Ryan  Medders

Ryan Medders, Ph.D.

Professor

rmedders@callutheran.edu
805-493-3681
Swenson 244

About

Dr. Ryan Medders is a professor in the Communication department. He received his Ph.D. in Communication, with an emphasis in Technology & Society, from the University of California, Santa Barbara, his M.S. in Mass Communications from San Jose State University, and his B.A. in Political Science from Stanford University. His teaching specialization is mass communication and research methods, and he also teaches courses on political communication and international media.

Dr. Medders most recently served as Faculty Representative to the Board of Regents and Chair of the Faculty Assembly at Cal Lutheran. He previously served as chair of the Communication department.

Dr. Medders' research addresses the social and psychological effects of the media, and he is currently examining selective exposure to and credibility assessment of online news and information. His work has been published in journals including the Journal of Communication and Digital Journalism, in the book Kids and Credibility: An Empirical Examination of Youth, Digital Media Use, and Information Credibility, and in the edited collection Online Credibility and Digital Ethos: Evaluating Computer-Mediated Communication.

Education

Ph.D., University of California, Santa Barbara

M.S., San Jose State University

B.A., Stanford University 

Publications

Hettinga, K., Medders, R. B., & Docter, S. (in press). Student media coverage of censorship and press freedom. College Media Review.

Medders, R. B., & Metzger, M. J. (2018). The role of news brands and news leads in selective exposure to political information on the Internet. Digital Journalism, 6(5), 599-618.

Metzger, M. J., Flanagin, A. J., Medders, R., Pure, R., Markov, A., & Hartsell, E. (2013). The special case of youth and digital information credibility. In M. Folk, & S. Apostel (Eds.), Online credibility and digital ethos: Evaluating computer-mediated communication (pp. 148-168). Hershey, PA: Information Science Reference.

Metzger, M. J., Flanagin, A. J., Pure, R., Medders, R. B., Markov, A., Hartsell, E., & Choi, E. (2011). Adults and credibility: An empirical examination of digital media use and information credibility. Research report prepared for the John D. and Catherine T. MacArthur Foundation. University of California, Santa Barbara, CA.
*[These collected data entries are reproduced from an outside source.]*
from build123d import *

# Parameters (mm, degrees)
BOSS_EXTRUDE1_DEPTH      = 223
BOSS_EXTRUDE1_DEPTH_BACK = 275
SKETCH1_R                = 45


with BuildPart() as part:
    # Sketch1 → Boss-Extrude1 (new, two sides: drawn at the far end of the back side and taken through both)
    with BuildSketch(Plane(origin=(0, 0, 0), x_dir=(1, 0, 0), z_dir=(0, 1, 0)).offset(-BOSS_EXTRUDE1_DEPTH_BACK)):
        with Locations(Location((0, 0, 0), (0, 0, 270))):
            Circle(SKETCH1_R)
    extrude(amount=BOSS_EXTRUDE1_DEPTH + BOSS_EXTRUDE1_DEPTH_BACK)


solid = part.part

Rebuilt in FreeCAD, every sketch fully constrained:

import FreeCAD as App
import Part
import Sketcher
from FreeCAD import Vector

doc = App.newDocument("Part")
params = doc.addObject("Spreadsheet::Sheet", "Params")
for row, (alias, value) in enumerate([
    ("sketch1_diameter", "90 mm"),
    ("pad1_length", "223 mm"),
    ("pad1_length2", "275 mm"),
], start=1):
    params.set(f"A{row}", alias)
    params.set(f"B{row}", "=" + value)
    params.setAlias(f"B{row}", alias)

body = doc.addObject("PartDesign::Body", "Body")

sketch1 = body.newObject("Sketcher::SketchObject", "Sketch")
sketch1.AttachmentSupport = (doc.getObject("XZ_Plane"), [""])
sketch1.MapMode = "FlatFace"
sketch1.addGeometry(Part.Circle(Vector(0, 0, 0), Vector(0, 0, 1), 45), False)
sketch1.addConstraint([
    Sketcher.Constraint("Coincident", 0, 3, -1, 1),
    Sketcher.Constraint("Diameter", 0, 90.0),
])
sketch1.setExpression("Constraints[1]", "Params.sketch1_diameter")
pad1 = body.newObject("PartDesign::Pad", "Pad")
pad1.Profile = sketch1
pad1.Type = "TwoLengths"
pad1.setExpression("Length", "Params.pad1_length")
pad1.setExpression("Length2", "Params.pad1_length2")
pad1.Reversed = True

doc.recompute()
Metzger, M. J., Flanagin, A. J., & Medders, R. B. (2010). Social and heuristic approaches to credibility evaluation. Journal of Communication, 60, 413-439.
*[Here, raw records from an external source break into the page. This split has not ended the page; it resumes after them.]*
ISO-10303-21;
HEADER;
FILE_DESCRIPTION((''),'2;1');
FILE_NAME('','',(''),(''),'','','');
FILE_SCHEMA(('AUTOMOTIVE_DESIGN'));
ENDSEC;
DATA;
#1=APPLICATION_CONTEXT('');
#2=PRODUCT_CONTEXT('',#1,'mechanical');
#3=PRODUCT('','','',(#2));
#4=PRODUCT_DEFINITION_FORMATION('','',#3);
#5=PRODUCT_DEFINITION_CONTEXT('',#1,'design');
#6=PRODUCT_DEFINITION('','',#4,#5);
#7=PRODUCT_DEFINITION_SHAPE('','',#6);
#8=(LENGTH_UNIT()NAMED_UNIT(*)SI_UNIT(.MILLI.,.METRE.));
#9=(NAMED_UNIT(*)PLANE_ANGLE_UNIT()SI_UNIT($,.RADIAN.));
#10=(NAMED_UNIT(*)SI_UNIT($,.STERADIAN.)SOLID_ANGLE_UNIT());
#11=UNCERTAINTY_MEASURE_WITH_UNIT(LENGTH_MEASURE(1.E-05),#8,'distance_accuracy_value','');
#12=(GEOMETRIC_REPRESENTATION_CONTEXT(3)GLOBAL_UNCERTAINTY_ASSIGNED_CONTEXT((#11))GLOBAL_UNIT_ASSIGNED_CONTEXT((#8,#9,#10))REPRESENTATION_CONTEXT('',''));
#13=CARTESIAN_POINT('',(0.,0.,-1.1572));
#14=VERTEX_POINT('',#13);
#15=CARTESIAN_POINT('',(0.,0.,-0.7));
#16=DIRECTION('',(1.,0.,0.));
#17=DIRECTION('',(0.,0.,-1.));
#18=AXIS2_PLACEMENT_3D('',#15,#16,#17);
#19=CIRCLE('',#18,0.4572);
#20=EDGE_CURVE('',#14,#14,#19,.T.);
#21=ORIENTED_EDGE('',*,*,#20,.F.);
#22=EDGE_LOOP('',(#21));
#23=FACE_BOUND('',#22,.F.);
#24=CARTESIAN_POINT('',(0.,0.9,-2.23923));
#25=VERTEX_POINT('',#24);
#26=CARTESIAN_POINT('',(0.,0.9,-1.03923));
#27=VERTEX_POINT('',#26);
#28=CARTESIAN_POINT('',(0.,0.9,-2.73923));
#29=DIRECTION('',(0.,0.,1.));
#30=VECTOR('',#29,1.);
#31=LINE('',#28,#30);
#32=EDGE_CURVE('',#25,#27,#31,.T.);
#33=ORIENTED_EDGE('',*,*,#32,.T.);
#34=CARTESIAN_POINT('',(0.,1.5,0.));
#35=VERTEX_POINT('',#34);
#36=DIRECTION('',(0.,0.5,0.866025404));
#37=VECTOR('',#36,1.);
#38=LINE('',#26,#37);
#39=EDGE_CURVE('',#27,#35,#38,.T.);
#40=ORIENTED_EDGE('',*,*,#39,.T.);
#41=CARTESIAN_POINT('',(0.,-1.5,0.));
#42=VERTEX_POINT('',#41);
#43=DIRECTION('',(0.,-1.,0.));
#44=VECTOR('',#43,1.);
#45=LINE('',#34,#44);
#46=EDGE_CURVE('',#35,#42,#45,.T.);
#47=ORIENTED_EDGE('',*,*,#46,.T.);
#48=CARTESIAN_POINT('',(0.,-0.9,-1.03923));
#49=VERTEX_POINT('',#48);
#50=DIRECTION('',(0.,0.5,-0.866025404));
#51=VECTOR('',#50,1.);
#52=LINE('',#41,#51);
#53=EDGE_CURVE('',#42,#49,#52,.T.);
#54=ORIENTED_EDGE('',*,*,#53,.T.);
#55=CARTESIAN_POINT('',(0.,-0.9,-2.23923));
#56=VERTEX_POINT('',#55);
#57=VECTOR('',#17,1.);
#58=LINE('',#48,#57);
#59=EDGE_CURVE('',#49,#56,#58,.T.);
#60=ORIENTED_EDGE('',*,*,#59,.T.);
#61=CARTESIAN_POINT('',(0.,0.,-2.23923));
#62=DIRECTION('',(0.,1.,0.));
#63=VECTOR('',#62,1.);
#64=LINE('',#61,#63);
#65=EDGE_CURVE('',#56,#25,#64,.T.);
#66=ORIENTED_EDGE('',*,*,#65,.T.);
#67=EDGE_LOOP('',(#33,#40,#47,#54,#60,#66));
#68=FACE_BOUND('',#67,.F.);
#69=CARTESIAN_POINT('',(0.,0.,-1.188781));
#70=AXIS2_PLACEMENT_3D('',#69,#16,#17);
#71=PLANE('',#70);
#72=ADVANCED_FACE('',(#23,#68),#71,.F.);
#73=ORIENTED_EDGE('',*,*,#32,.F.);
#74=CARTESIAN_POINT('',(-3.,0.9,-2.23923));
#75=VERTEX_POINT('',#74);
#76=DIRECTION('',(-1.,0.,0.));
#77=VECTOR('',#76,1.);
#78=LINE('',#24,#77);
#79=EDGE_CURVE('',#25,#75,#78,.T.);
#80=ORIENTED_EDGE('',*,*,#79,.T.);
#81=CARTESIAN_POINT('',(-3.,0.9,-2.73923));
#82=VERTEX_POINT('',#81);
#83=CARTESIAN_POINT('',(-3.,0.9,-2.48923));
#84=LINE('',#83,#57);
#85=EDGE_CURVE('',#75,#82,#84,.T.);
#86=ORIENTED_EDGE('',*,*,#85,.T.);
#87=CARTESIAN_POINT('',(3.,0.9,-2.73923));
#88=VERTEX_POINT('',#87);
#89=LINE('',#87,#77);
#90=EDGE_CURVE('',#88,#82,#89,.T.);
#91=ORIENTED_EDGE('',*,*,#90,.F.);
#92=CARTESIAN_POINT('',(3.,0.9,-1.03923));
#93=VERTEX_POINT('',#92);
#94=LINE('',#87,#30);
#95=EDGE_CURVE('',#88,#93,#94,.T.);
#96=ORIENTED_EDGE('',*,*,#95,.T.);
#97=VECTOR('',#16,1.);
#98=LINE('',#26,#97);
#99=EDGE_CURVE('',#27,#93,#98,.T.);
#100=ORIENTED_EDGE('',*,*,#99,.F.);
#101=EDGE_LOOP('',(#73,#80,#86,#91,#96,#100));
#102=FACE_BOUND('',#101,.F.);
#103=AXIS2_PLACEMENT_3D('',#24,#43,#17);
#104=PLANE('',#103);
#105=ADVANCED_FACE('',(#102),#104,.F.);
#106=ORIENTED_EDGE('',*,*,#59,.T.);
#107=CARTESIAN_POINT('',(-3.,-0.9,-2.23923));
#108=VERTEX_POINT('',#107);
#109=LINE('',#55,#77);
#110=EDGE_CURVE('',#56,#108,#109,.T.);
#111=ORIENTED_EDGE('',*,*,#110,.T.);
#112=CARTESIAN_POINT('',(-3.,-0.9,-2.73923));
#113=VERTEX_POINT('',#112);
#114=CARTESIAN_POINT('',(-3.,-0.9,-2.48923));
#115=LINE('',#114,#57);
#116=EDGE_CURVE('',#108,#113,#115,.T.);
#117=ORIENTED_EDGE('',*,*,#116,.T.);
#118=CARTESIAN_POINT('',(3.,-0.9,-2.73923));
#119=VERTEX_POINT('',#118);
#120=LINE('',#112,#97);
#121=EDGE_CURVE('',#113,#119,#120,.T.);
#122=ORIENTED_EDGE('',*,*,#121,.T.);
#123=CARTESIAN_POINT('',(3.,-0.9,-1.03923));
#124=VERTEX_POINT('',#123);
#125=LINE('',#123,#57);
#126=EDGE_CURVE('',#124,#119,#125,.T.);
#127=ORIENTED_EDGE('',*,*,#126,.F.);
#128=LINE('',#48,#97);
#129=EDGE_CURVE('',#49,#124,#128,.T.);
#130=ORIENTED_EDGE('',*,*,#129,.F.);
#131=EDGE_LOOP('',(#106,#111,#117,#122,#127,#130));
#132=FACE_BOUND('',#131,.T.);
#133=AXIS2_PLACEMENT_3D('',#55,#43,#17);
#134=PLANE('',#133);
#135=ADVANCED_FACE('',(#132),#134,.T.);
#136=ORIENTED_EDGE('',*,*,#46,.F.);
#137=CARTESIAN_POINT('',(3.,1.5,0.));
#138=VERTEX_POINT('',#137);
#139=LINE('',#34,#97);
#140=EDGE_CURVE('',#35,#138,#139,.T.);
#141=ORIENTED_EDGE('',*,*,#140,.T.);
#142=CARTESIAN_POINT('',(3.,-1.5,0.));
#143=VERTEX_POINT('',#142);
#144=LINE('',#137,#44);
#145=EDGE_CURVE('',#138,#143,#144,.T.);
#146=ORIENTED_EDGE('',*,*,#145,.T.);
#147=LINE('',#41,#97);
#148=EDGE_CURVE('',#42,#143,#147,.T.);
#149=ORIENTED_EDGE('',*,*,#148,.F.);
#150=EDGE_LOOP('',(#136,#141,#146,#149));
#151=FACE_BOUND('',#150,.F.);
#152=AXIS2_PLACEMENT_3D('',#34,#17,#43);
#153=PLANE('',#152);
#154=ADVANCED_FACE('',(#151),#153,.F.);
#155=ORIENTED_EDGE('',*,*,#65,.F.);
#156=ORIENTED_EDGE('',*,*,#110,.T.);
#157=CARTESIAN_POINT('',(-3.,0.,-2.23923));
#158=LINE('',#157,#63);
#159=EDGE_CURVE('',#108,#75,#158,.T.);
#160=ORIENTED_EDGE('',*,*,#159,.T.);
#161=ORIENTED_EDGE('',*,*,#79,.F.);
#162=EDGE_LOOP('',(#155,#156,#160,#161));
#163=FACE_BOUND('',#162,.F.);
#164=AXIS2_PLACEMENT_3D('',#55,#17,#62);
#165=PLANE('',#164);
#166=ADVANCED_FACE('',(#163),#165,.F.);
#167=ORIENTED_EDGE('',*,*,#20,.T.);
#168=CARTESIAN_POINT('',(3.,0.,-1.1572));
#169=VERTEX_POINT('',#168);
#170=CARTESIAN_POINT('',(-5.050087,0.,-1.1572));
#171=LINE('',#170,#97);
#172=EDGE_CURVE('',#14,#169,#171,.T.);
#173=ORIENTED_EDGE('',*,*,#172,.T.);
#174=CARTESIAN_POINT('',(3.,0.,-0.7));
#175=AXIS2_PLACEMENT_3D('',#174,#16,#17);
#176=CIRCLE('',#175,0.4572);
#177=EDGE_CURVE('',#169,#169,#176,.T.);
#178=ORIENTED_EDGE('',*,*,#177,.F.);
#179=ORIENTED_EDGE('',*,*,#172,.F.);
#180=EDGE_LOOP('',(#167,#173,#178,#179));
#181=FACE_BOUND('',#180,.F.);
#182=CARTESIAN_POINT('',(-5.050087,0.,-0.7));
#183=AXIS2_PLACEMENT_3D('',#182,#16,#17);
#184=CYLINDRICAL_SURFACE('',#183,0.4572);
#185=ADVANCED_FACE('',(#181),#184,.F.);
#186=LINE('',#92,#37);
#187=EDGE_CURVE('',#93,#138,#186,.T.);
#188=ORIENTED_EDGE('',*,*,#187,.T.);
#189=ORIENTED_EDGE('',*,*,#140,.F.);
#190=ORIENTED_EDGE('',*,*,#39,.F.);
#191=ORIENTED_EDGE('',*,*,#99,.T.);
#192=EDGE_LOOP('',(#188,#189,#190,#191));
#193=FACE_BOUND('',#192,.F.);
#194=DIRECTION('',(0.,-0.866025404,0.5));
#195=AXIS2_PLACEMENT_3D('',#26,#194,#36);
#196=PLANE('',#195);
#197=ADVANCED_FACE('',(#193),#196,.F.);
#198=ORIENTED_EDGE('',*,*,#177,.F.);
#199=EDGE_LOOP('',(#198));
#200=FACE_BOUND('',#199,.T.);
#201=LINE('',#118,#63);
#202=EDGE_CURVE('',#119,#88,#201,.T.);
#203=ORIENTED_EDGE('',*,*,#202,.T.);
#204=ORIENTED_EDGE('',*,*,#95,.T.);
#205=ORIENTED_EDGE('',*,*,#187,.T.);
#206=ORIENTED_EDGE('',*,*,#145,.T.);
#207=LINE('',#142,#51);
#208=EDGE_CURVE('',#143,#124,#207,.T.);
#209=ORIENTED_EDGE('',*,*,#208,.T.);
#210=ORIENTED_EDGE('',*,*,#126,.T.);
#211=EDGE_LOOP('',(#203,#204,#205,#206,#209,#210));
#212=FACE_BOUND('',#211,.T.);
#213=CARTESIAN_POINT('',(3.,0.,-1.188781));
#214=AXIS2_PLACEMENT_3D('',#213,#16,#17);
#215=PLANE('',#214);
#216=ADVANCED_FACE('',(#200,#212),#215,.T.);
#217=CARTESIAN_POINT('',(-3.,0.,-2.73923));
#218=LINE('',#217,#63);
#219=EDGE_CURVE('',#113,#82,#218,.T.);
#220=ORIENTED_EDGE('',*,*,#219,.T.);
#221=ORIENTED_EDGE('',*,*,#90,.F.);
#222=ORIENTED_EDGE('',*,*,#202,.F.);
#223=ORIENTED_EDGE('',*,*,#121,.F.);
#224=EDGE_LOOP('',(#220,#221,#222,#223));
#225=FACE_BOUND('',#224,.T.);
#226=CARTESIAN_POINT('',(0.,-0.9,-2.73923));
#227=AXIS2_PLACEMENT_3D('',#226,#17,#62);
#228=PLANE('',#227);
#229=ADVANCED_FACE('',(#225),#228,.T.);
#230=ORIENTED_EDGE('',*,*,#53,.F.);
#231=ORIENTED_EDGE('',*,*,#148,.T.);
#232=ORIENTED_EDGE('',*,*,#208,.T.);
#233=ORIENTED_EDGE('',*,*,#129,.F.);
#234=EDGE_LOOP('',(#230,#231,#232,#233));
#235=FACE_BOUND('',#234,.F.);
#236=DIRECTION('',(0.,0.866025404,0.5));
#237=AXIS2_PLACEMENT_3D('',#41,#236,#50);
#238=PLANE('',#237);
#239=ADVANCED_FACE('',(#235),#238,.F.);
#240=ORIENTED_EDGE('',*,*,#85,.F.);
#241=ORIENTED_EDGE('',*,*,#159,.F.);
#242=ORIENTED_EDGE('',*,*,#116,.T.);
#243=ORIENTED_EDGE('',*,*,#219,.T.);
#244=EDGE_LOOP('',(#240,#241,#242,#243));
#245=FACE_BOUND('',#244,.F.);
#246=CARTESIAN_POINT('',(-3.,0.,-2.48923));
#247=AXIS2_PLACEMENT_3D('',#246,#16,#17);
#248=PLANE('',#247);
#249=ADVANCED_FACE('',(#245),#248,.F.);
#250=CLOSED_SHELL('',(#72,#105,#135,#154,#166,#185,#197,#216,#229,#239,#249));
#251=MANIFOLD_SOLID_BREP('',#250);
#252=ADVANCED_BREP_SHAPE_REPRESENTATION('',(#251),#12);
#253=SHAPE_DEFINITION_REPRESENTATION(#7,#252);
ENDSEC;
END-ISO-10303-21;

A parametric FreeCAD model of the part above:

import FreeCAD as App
import Part
import Sketcher
from FreeCAD import Vector
Q = App.Units.Quantity

doc = App.newDocument("Part")
body = doc.addObject("PartDesign::Body", "Body")

# Sketch on YZ plane
sketch1 = body.newObject("Sketcher::SketchObject", "Sketch")
sketch1.AttachmentSupport = (doc.getObject("YZ_Plane"), [""])
sketch1.MapMode = "FlatFace"
sketch1.addGeometry([
    Part.LineSegment(Vector(1.5, 0, 0), Vector(-1.5, 0, 0)),  # 0
    Part.LineSegment(Vector(-1.5, 0, 0), Vector(-0.9, -1, 0)),  # 1
    Part.LineSegment(Vector(-0.9, -1, 0), Vector(-0.9, -2.7, 0)),  # 2
    Part.LineSegment(Vector(-0.9, -2.7, 0), Vector(0.9, -2.7, 0)),  # 3
    Part.LineSegment(Vector(0.9, -2.7, 0), Vector(0.9, -1, 0)),  # 4
    Part.LineSegment(Vector(0.9, -1, 0), Vector(1.5, 0, 0)),  # 5
], False)
sketch1.addConstraint([
    Sketcher.Constraint("Coincident", 0, 2, 1, 1),
    Sketcher.Constraint("Coincident", 1, 2, 2, 1),
    Sketcher.Constraint("Coincident", 2, 2, 3, 1),
    Sketcher.Constraint("Coincident", 3, 2, 4, 1),
    Sketcher.Constraint("Coincident", 4, 2, 5, 1),
    Sketcher.Constraint("Coincident", 5, 2, 0, 1),
    Sketcher.Constraint("Horizontal", 0),
    Sketcher.Constraint("Vertical", 2),
    Sketcher.Constraint("Horizontal", 3),
    Sketcher.Constraint("Vertical", 4),
    Sketcher.Constraint("Symmetric", 0, 2, 5, 2, -1, 1),
    Sketcher.Constraint("Symmetric", 1, 2, 4, 2, -2),
    Sketcher.Constraint("DistanceX", 0, 2, 0, 1, 3.0),
    Sketcher.Constraint("Angle", 1, Q("-60 deg")),
    Sketcher.Constraint("DistanceX", 3, 1, 3, 2, 1.8),
    Sketcher.Constraint("DistanceY", 2, 2, 2, 1, 1.7),
])
pad1 = body.newObject("PartDesign::Pad", "Pad")
pad1.Profile = sketch1
pad1.Length = 3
Flanagin, A. J., & Metzger, M. J. with Hartsell, E., Markov, A., Medders, R. B., Pure, R., & Sim, E. (2010). Kids and credibility: An empirical examination of youth, digital media use, and information credibility (The MacArthur Foundation Reports on Digital Media and Learning). MIT Press: Cambridge, Mass.

Grant Funding

Embracing Spanish for the Professions at Home and Abroad, Co-Principal Investigator, 2022-2024. [$159,692], Undergraduate International Studies and Foreign Language program of the U.S. Department of Education.